- 468 Okunma
- 2 Yorum
- 0 Beğeni
BİR SARILIŞ HİKAYESİ
Bacaklarını karnının içine doğru çekmiş halde yattığı yatağından belirsiz bir hisle uyandı.Uyanmıştı.Bilinci yerindeydi.Gözlerini açıp açmamakta kararsızdı. Ve gözlerini yavaş yavaş açtı. Pencereye baktı.Saatin kaç olduğunu tahmin etmeye çalıştı.Geceyi yarıladığını yaz gecesindeki soğuklukluktan anladı.Yoksa soğukluk içinin ürpermesinden mi diye çok sonra kendisine soracaktı.

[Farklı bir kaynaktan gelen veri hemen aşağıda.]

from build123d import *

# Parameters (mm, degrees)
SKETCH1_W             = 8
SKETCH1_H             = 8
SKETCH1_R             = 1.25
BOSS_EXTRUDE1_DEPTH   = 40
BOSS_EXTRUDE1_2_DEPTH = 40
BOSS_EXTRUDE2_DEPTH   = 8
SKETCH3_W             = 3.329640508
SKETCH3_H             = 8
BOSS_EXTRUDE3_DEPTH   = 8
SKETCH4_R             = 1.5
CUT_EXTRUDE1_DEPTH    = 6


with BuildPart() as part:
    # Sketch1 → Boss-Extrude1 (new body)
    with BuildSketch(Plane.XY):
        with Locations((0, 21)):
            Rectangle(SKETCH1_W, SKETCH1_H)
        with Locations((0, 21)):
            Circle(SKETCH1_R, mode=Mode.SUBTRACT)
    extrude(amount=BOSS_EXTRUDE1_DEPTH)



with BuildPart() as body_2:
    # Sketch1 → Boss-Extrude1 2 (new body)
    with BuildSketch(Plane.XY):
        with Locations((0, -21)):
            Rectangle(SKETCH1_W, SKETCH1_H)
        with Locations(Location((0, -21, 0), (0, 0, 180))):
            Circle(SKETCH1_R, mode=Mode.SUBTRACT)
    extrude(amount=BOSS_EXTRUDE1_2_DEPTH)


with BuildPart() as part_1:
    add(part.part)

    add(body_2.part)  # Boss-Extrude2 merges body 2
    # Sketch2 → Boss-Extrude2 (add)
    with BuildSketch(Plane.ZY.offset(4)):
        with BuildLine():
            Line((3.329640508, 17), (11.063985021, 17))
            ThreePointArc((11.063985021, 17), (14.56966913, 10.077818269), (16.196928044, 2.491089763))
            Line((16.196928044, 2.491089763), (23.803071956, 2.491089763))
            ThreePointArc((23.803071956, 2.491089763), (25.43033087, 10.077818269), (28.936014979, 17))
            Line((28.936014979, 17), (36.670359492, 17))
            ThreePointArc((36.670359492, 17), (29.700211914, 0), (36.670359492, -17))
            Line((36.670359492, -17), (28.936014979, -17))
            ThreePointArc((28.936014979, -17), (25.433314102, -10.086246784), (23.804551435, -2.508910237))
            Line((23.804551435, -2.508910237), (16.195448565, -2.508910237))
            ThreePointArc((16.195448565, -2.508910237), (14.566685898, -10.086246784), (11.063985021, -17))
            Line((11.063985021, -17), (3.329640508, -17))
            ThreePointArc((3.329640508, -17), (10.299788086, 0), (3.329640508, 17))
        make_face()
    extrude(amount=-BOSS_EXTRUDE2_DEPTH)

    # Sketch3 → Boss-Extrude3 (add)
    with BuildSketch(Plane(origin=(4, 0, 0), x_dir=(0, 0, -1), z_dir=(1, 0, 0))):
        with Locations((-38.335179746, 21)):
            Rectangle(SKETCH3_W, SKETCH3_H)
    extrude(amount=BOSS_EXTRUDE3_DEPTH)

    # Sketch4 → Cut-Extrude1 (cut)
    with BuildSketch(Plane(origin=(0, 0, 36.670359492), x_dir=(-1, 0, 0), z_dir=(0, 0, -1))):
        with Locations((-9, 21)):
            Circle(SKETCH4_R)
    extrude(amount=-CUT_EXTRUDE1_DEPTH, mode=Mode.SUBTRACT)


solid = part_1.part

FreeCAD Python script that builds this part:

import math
import FreeCAD as App
import Part
import Sketcher
from FreeCAD import Vector


def add_polygon(sketch, points):
    """Adds a closed chain of lines whose ends are joined by coincident constraints."""
    first, n = sketch.GeometryCount, len(points)
    for a, b in zip(points, points[1:] + points[:1]):
        sketch.addGeometry(Part.LineSegment(App.Vector(*a, 0), App.Vector(*b, 0)), False)
    for i in range(n):
        sketch.addConstraint(Sketcher.Constraint("Coincident", first + i, 2, first + (i + 1) % n, 1))

doc = App.newDocument("Part")
body = doc.addObject("PartDesign::Body", "Body")

# Sketch on XY plane
sketch1 = body.newObject("Sketcher::SketchObject", "Sketch")
sketch1.AttachmentSupport = (doc.getObject("XY_Plane"), [""])
sketch1.MapMode = "FlatFace"
add_polygon(sketch1, [(-4, 25), (-4, 17), (4, 17), (4, 25)])  # lines 0-3
sketch1.addGeometry(Part.Circle(Vector(0, 21, 0), Vector(0, 0, 1), 1.2), False)  # 4
sketch1.addConstraint(Sketcher.Constraint("Vertical", 0))
sketch1.addConstraint(Sketcher.Constraint("Horizontal", 1))
sketch1.addConstraint(Sketcher.Constraint("Vertical", 2))
sketch1.addConstraint(Sketcher.Constraint("Horizontal", 3))
sketch1.addConstraint(Sketcher.Constraint("PointOnObject", 4, 3, -2))
sketch1.addConstraint(Sketcher.Constraint("Equal", 3, 0))
sketch1.addConstraint(Sketcher.Constraint("Diameter", 4, 2.5))
sketch1.addConstraint(Sketcher.Constraint("DistanceX", 1, 1, 1, 2, 8.0))
sketch1.addConstraint(Sketcher.Constraint("DistanceY", -1, 1, 4, 3, 21.0))
sketch1.addConstraint(Sketcher.Constraint("DistanceX", 0, 2, -1, 1, 4.0))
sketch1.addConstraint(Sketcher.Constraint("DistanceY", -1, 1, 0, 2, 17.0))
pad1 = body.newObject("PartDesign::Pad", "Pad")
pad1.Profile = sketch1
pad1.Length = 40
body2 = doc.addObject("PartDesign::Body", "Body001")

# Sketch on XY plane
sketch2 = body2.newObject("Sketcher::SketchObject", "Sketch001")
sketch2.AttachmentSupport = (doc.getObject("XY_Plane001"), [""])
sketch2.MapMode = "FlatFace"
add_polygon(sketch2, [(-4, -17), (-4, -25), (4, -25), (4, -17)])  # lines 0-3
sketch2.addGeometry(Part.Circle(Vector(0, -21, 0), Vector(0, 0, 1), 1.2), False)  # 4
sketch2.addConstraint(Sketcher.Constraint("Vertical", 0))
sketch2.addConstraint(Sketcher.Constraint("Horizontal", 1))
sketch2.addConstraint(Sketcher.Constraint("Vertical", 2))
sketch2.addConstraint(Sketcher.Constraint("Horizontal", 3))
sketch2.addConstraint(Sketcher.Constraint("PointOnObject", 4, 3, -2))
sketch2.addConstraint(Sketcher.Constraint("Equal", 3, 0))
sketch2.addConstraint(Sketcher.Constraint("Diameter", 4, 2.5))
sketch2.addConstraint(Sketcher.Constraint("DistanceX", 1, 1, 1, 2, 8.0))
sketch2.addConstraint(Sketcher.Constraint("DistanceY", 4, 3, -1, 1, 21.0))
sketch2.addConstraint(Sketcher.Constraint("DistanceX", 0, 2, -1, 1, 4.0))
sketch2.addConstraint(Sketcher.Constraint("DistanceY", 0, 2, -1, 1, 25.0))
pad2 = body2.newObject("PartDesign::Pad", "Pad001")
pad2.Profile = sketch2
pad2.Length = 40
body.AllowCompound = True
doc.recompute()

boolean = body.newObject("PartDesign::Boolean", "Boolean")
boolean.Type = "Fuse"
boolean.addObjects([body2])

# Sketch on YZ plane
sketch3 = body.newObject("Sketcher::SketchObject", "Sketch002")
sketch3.AttachmentSupport = (doc.getObject("YZ_Plane"), [""])
sketch3.MapMode = "FlatFace"
sketch3.AttachmentOffset = App.Placement(Vector(0, 0, -4), App.Rotation())
sketch3.addGeometry(Part.LineSegment(Vector(17, 11, 0), Vector(17, 3, 0)), False)
sketch3.addGeometry(Part.ArcOfCircle(Part.Circle(Vector(0, -14, 0), Vector(0, 0, 1), 24), math.radians(45), math.radians(135)), False)
sketch3.addGeometry(Part.LineSegment(Vector(-17, 3, 0), Vector(-17, 11, 0)), False)
sketch3.addGeometry(Part.ArcOfCircle(Part.Circle(Vector(0, -14, 0), Vector(0, 0, 1), 30), math.radians(95), math.radians(124)), False)
sketch3.addGeometry(Part.LineSegment(Vector(-3, 16, 0), Vector(-3, 24, 0)), False)
sketch3.addGeometry(Part.ArcOfCircle(Part.Circle(Vector(0, 54, 0), Vector(0, 0, 1), 30), math.radians(-124), math.radians(-95)), False)
sketch3.addGeometry(Part.LineSegment(Vector(-17, 29, 0), Vector(-17, 37, 0)), False)
sketch3.addGeometry(Part.ArcOfCircle(Part.Circle(Vector(0, 54, 0), Vector(0, 0, 1), 24), math.radians(-135), math.radians(-45)), False)
sketch3.addGeometry(Part.LineSegment(Vector(17, 37, 0), Vector(17, 29, 0)), False)
sketch3.addGeometry(Part.ArcOfCircle(Part.Circle(Vector(0, 54, 0), Vector(0, 0, 1), 30), math.radians(-85), math.radians(-56)), False)
sketch3.addGeometry(Part.LineSegment(Vector(2, 24, 0), Vector(2, 16, 0)), False)
sketch3.addGeometry(Part.ArcOfCircle(Part.Circle(Vector(0, -14, 0), Vector(0, 0, 1), 30), math.radians(56), math.radians(85)), False)
sketch3.addConstraint(Sketcher.Constraint("Coincident", 0, 2, 1, 1))
sketch3.addConstraint(Sketcher.Constraint("Coincident", 1, 2, 2, 1))
sketch3.addConstraint(Sketcher.Constraint("Coincident", 2, 2, 3, 2))
sketch3.addConstraint(Sketcher.Constraint("Coincident", 3, 1, 4, 1))
sketch3.addConstraint(Sketcher.Constraint("Coincident", 4, 2, 5, 2))
sketch3.addConstraint(Sketcher.Constraint("Coincident", 5, 1, 6, 1))
sketch3.addConstraint(Sketcher.Constraint("Coincident", 6, 2, 7, 1))
sketch3.addConstraint(Sketcher.Constraint("Coincident", 7, 2, 8, 1))
sketch3.addConstraint(Sketcher.Constraint("Coincident", 8, 2, 9, 2))
sketch3.addConstraint(Sketcher.Constraint("Coincident", 9, 1, 10, 1))
sketch3.addConstraint(Sketcher.Constraint("Coincident", 10, 2, 11, 2))
sketch3.addConstraint(Sketcher.Constraint("Coincident", 11, 1, 0, 1))
sketch3.addConstraint(Sketcher.Constraint("Vertical", 0))
sketch3.addConstraint(Sketcher.Constraint("Vertical", 2))
sketch3.addConstraint(Sketcher.Constraint("Vertical", 4))
sketch3.addConstraint(Sketcher.Constraint("Vertical", 6))
sketch3.addConstraint(Sketcher.Constraint("Vertical", 8))
sketch3.addConstraint(Sketcher.Constraint("Vertical", 10))
sketch3.addConstraint(Sketcher.Constraint("Coincident", 3, 3, 1, 3))
sketch3.addConstraint(Sketcher.Constraint("Coincident", 7, 3, 5, 3))
sketch3.addConstraint(Sketcher.Constraint("Coincident", 9, 3, 5, 3))
sketch3.addConstraint(Sketcher.Constraint("Coincident", 11, 3, 1, 3))
sketch3.addConstraint(Sketcher.Constraint("Equal", 3, 5))
sketch3.addConstraint(Sketcher.Constraint("Equal", 1, 7))
sketch3.addConstraint(Sketcher.Constraint("Equal", 5, 9))
sketch3.addConstraint(Sketcher.Constraint("Equal", 9, 11))
sketch3.addConstraint(Sketcher.Constraint("Symmetric", 0, 2, 1, 2, -2))
sketch3.addConstraint(Sketcher.Constraint("Symmetric", 6, 2, 7, 2, -2))
sketch3.addConstraint(Sketcher.Constraint("Vertical", 2, 2, 5, 1))
sketch3.addConstraint(Sketcher.Constraint("DistanceX", -1, 1, 0, 2, 17.0))
sketch3.addConstraint(Sketcher.Constraint("DistanceX", 4, 2, 9, 1, 5.0))
sketch3.addConstraint(Sketcher.Constraint("Radius", 1, 24.216342))
sketch3.addConstraint(Sketcher.Constraint("Radius", 3, 30.216342))
sketch3.addConstraint(Sketcher.Constraint("DistanceY", 4, 1, 4, 2, 7.609103))
sketch3.addConstraint(Sketcher.Constraint("DistanceY", 10, 2, 10, 1, 7.606144))
sketch3.addConstraint(Sketcher.Constraint("DistanceY", -1, 1, 0, 2, 3.329641))
pad3 = body.newObject("PartDesign::Pad", "Pad002")
pad3.Profile = sketch3
pad3.Length = 8

# Sketch on YZ plane
sketch4 = body.newObject("Sketcher::SketchObject", "Sketch003")
sketch4.AttachmentSupport = (doc.getObject("YZ_Plane"), [""])
sketch4.MapMode = "FlatFace"
sketch4.AttachmentOffset = App.Placement(Vector(0, 0, 4), App.Rotation())
add_polygon(sketch4, [(25, 40), (17, 40), (17, 36.7), (25, 36.7)])  # lines 0-3
sketch4.addConstraint(Sketcher.Constraint("Horizontal", 0))
sketch4.addConstraint(Sketcher.Constraint("Vertical", 1))
sketch4.addConstraint(Sketcher.Constraint("Horizontal", 2))
sketch4.addConstraint(Sketcher.Constraint("Vertical", 3))
sketch4.addConstraint(Sketcher.Constraint("DistanceX", 0, 2, 0, 1, 8.0))
sketch4.addConstraint(Sketcher.Constraint("DistanceX", -1, 1, 0, 2, 17.0))
sketch4.addConstraint(Sketcher.Constraint("DistanceY", -1, 1, 0, 2, 40.0))
sketch4.addConstraint(Sketcher.Constraint("DistanceY", 1, 2, 1, 1, 3.329641))
pad4 = body.newObject("PartDesign::Pad", "Pad003")
pad4.Profile = sketch4
pad4.Length = 8

# Sketch on XY plane
sketch5 = body.newObject("Sketcher::SketchObject", "Sketch004")
sketch5.AttachmentSupport = (doc.getObject("XY_Plane"), [""])
sketch5.MapMode = "FlatFace"
sketch5.AttachmentOffset = App.Placement(Vector(0, 0, 36.670359), App.Rotation())
sketch5.addGeometry(Part.Circle(Vector(9, 21, 0), Vector(0, 0, 1), 1.5), False)
sketch5.addConstraint(Sketcher.Constraint("Diameter", 0, 3.0))
sketch5.addConstraint(Sketcher.Constraint("DistanceX", -1, 1, 0, 3, 9.0))
sketch5.addConstraint(Sketcher.Constraint("DistanceY", -1, 1, 0, 3, 21.0))
pocket1 = body.newObject("PartDesign::Pocket", "Pocket")
pocket1.Profile = sketch5
pocket1.Length = 6
pocket1.Reversed = True

doc.recompute()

Dışarıda,bahçede ayak sesine benzer bir ses geliyordu.Tam emin olmak için yatağının içinden biraz daha dikkat kesildi sese.Evet ayak sesiydi. Dışardakinin tek kişi olduğunu da bu sesten anladı.Işığı yakıp yakmamakta kararsızdı.Ne de olsa evde tek başınaydı. Elleri gayri ihtiyari yastığını altına gitti.Tabancanın sert kabzasını yoklayıverdi. İnsanın bir dayanağının olması ne güzeldi.Bacaklarını yavaşca gevşetti.ses gelmeye devam ediyordu. dışardaki ses sahibinin ürkek ve yavaş bir şekilde etrefı kolladığını düşündü.

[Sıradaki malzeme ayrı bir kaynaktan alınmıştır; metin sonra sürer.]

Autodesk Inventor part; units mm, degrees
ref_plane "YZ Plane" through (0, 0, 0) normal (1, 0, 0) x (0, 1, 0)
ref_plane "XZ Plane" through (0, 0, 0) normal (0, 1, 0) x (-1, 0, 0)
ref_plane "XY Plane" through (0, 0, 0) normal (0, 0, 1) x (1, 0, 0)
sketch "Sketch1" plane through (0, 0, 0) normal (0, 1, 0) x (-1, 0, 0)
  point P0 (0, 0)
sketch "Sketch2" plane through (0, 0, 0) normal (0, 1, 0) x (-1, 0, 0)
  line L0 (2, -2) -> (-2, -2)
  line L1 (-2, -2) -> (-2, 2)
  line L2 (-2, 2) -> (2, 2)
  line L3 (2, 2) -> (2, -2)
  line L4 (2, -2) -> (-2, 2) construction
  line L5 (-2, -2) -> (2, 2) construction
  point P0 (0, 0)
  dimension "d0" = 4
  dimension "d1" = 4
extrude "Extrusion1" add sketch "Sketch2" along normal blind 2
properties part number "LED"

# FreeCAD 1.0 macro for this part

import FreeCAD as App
import Part
import Sketcher
from FreeCAD import Vector
Q = App.Units.Quantity

doc = App.newDocument("Part")
body = doc.addObject("PartDesign::Body", "Body")

# Sketch on XZ plane
sketch1 = body.newObject("Sketcher::SketchObject", "Sketch")
sketch1.AttachmentSupport = (doc.getObject("XZ_Plane"), [""])
sketch1.MapMode = "FlatFace"
sketch1.addGeometry(Part.LineSegment(Vector(2, -2, 0), Vector(-2, -2, 0)), False)
sketch1.addGeometry(Part.LineSegment(Vector(-2, -2, 0), Vector(-2, 2, 0)), False)
sketch1.addGeometry(Part.LineSegment(Vector(-2, 2, 0), Vector(2, 2, 0)), False)
sketch1.addGeometry(Part.LineSegment(Vector(2, 2, 0), Vector(2, -2, 0)), False)
sketch1.addConstraint(Sketcher.Constraint("Coincident", 0, 2, 1, 1))
sketch1.addConstraint(Sketcher.Constraint("Coincident", 1, 2, 2, 1))
sketch1.addConstraint(Sketcher.Constraint("Coincident", 2, 2, 3, 1))
sketch1.addConstraint(Sketcher.Constraint("Coincident", 3, 2, 0, 1))
sketch1.addConstraint(Sketcher.Constraint("Horizontal", 0))
sketch1.addConstraint(Sketcher.Constraint("Vertical", 1))
sketch1.addConstraint(Sketcher.Constraint("Horizontal", 2))
sketch1.addConstraint(Sketcher.Constraint("Vertical", 3))
sketch1.addConstraint(Sketcher.Constraint("Symmetric", 0, 2, 2, 2, -1, 1))
sketch1.addConstraint(Sketcher.Constraint("Equal", 2, 1))
sketch1.addConstraint(Sketcher.Constraint("DistanceX", 0, 2, 0, 1, Q("4 mm")))
pad1 = body.newObject("PartDesign::Pad", "Pad")
pad1.Profile = sketch1
pad1.Length = 2
pad1.Reversed = True

doc.recompute()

Bu saatte kim olabilirdi.Ev biraz köyün dışında kalıyordu.En yakın ev babasının eviydi.Eşinin ortadan kaybolduğu günden beri-6 ay oluyordu.-tek başına yaşıyordu.Babasının yoğun ısrarlarına rağmen küçük erkek kardeşini de yanına kabul etmemişti.Dışardaki kurt köpeği Hırço’ya çok güveniyordu.İlginçtir bu gece Hırço da havlamamıştı.Demek ki gelen tanıdıktı.Kimbilir belki de kaybolan eşinin de olabileceğini düşündü.Yalnız kalmasının aslında sebebi de buydu.Bir gün o çok sevdiği eri aniden çıkıp gelecekti aniden kaybolduğu gibi.Ve evde erini bekliyor olacaktı.

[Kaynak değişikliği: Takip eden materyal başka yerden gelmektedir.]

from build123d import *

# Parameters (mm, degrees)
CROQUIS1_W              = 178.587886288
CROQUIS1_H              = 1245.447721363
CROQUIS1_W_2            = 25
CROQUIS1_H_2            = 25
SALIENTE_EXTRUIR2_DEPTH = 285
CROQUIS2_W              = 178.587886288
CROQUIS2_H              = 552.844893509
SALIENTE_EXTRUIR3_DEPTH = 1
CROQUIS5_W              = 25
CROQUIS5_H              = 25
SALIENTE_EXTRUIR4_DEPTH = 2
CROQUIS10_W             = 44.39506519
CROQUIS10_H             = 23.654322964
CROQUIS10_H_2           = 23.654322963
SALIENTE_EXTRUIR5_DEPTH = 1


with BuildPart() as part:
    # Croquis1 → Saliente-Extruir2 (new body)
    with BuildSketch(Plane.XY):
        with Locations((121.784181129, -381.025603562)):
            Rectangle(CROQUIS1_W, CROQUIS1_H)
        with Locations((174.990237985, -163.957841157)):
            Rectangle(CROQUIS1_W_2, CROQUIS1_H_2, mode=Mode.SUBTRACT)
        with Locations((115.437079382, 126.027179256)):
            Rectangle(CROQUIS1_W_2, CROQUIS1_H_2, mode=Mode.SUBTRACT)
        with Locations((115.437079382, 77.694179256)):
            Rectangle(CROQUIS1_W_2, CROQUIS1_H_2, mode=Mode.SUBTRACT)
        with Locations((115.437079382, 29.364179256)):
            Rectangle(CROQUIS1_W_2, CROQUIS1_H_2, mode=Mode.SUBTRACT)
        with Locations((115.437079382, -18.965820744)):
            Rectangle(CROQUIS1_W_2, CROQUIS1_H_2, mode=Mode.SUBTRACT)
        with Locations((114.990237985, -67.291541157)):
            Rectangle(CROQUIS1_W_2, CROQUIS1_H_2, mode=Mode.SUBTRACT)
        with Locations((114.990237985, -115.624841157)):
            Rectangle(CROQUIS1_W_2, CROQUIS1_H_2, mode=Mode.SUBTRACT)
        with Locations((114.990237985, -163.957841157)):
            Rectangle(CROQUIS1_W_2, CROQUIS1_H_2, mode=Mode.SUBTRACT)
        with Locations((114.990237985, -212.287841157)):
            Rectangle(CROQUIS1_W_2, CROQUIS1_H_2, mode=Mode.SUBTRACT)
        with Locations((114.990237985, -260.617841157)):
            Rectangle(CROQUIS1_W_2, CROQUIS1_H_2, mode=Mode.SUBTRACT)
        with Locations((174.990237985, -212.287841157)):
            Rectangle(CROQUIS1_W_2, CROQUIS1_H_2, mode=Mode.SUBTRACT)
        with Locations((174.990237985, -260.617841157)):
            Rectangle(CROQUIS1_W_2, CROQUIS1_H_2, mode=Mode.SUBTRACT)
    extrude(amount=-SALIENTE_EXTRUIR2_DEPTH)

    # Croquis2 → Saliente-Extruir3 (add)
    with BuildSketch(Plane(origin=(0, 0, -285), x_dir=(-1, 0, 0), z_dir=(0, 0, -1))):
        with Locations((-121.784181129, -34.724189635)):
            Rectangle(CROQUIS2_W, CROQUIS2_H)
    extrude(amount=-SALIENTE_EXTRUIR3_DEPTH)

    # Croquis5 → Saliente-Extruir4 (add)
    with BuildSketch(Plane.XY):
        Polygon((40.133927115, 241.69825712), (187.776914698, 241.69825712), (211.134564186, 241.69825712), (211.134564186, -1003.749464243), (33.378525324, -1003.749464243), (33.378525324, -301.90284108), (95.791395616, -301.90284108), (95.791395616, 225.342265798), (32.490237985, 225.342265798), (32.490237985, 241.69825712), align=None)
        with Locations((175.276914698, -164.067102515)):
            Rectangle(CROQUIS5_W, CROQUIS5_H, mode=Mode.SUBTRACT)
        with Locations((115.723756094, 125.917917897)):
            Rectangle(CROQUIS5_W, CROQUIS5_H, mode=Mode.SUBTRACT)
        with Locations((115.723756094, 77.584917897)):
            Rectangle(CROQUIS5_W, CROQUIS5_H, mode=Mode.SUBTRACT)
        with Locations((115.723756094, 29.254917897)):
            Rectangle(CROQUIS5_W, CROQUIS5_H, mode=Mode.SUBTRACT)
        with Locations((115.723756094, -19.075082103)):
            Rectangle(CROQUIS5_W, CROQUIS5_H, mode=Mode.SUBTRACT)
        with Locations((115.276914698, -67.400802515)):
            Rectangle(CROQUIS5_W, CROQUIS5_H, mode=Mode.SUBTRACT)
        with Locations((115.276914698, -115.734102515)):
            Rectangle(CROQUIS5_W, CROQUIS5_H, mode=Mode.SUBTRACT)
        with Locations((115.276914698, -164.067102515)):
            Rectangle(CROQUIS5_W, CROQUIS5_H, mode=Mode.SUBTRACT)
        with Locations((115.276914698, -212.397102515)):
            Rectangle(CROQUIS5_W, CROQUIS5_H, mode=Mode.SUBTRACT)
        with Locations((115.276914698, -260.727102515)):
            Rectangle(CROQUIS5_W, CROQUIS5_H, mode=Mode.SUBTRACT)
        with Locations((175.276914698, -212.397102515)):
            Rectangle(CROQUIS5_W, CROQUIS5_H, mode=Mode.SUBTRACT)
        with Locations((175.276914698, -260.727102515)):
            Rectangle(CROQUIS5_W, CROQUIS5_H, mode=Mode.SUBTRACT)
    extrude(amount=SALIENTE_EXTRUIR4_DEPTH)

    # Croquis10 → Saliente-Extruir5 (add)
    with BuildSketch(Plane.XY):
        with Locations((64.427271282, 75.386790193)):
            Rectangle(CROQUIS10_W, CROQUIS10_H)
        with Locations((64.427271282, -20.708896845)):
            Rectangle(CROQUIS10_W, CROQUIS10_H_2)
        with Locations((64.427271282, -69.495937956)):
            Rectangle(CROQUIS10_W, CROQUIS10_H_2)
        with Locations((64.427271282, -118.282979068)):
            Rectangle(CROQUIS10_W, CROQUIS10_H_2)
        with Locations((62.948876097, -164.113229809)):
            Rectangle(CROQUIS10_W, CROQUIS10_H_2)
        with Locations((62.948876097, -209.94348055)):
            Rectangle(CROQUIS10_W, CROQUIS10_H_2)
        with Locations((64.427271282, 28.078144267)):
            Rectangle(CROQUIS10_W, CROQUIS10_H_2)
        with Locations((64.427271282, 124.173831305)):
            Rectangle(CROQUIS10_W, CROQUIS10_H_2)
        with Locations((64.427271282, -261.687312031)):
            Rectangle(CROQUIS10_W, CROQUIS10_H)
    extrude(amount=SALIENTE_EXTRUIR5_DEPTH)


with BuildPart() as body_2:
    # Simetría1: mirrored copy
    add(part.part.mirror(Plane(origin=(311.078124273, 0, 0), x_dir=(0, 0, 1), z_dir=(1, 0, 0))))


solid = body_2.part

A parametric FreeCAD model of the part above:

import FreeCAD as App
import Part
import Sketcher

V = App.Vector

doc = App.newDocument("Part")
params = doc.addObject("Spreadsheet::Sheet", "Params")
for row, (alias, value) in enumerate([
    ("sketch1_width", "25 mm"),
    ("pad1_length", "285 mm"),
    ("pad2_length", "1 mm"),
    ("sketch3_width", "25 mm"),
    ("pad3_length", "2 mm"),
    ("pad4_length", "1 mm"),
], start=1):
    params.set(f"A{row}", alias)
    params.set(f"B{row}", "=" + value)
    params.setAlias(f"B{row}", alias)

body = doc.addObject("PartDesign::Body", "Body")

# Sketch on XY plane
sketch1 = body.newObject("Sketcher::SketchObject", "Sketch")
sketch1.AttachmentSupport = (doc.getObject("XY_Plane"), [""])
sketch1.MapMode = "FlatFace"
sketch1.addGeometry(Part.LineSegment(V(32, 242, 0), V(32, -1004, 0)), False)
sketch1.addGeometry(Part.LineSegment(V(32, -1004, 0), V(211, -1004, 0)), False)
sketch1.addGeometry(Part.LineSegment(V(211, -1004, 0), V(211, 242, 0)), False)
sketch1.addGeometry(Part.LineSegment(V(211, 242, 0), V(32, 242, 0)), False)
sketch1.addGeometry(Part.LineSegment(V(127, -273, 0), V(102, -273, 0)), False)
sketch1.addGeometry(Part.LineSegment(V(102, -273, 0), V(102, -248, 0)), False)
sketch1.addGeometry(Part.LineSegment(V(102, -248, 0), V(127, -248, 0)), False)
sketch1.addGeometry(Part.LineSegment(V(127, -248, 0), V(127, -273, 0)), False)
sketch1.addGeometry(Part.LineSegment(V(127, -225, 0), V(102, -225, 0)), False)
sketch1.addGeometry(Part.LineSegment(V(102, -225, 0), V(102, -200, 0)), False)
sketch1.addGeometry(Part.LineSegment(V(102, -200, 0), V(127, -200, 0)), False)
sketch1.addGeometry(Part.LineSegment(V(127, -200, 0), V(127, -225, 0)), False)
sketch1.addGeometry(Part.LineSegment(V(127, -176, 0), V(102, -176, 0)), False)
sketch1.addGeometry(Part.LineSegment(V(102, -176, 0), V(102, -151, 0)), False)
sketch1.addGeometry(Part.LineSegment(V(102, -151, 0), V(127, -151, 0)), False)
sketch1.addGeometry(Part.LineSegment(V(127, -151, 0), V(127, -176, 0)), False)
sketch1.addGeometry(Part.LineSegment(V(127, -128, 0), V(102, -128, 0)), False)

Ses çıkartmamaya özen göstererek yatağından çıktı.Bir şeyin üstesinden gelmenin tek yolu onunla yüz yüze gelmek olduğunu biliyordu.Daha doğrusu hayat bunu öğretmişti ona.Hem neyden korkacaktı ki.Çok sevdiği eşi bir gün ortadan kaybolmuştu ve bir daha haber alınmamıştı.merak etmişti ama akıbetinin ne olduğunu da tahmin edebiliyordu.Çevre köylerde de sık sık olan bir olaydı.Ve sorumlu da yüksekçe tepenin üzerinde kurulu olan yeşil renkli o yapıydı.
Işıkları yakmadan yatak odasından salona geçti elinde tuttuğu tabancayla.Dış kapıya yöneldi.Heyecan,korku.dışardaki kişini kocası olma ümidiyle.Dış kapnın mandalını açtı.Dışardaki kişi her kimse ise kapıda beklediğini hızlı hızlı solumasından anlıyordu.Tabancayı doğrultmuş halde kapıyı açtı göz göze geldiler.Adamı tanımıyordu.Ay ışığından üzerinde kalınca bir kazak olan sakalları uzamış yirmili yaşlarda bir genç olduğu çok sonra hatırlamıştı.
Kadın hemen sordu:
-Kimsin?Benden, evimden ne istiyorsun?
Genç yanıtladı
-Arkadaşlarıma katılacaktım fakat onları kaybettim.Acıktım.Köye doğru yöneldim.En dıştaki ev de senin evindi.Görüyorum ki hem kadınsın hem de misafirperver olmadığın elindeki silahtan anlaşılıyor.
Gencin bu kadar pervasız.açık sözlü olması,sesnli benli konuşması onu çok şaşırttı..Tabancasını indirdi.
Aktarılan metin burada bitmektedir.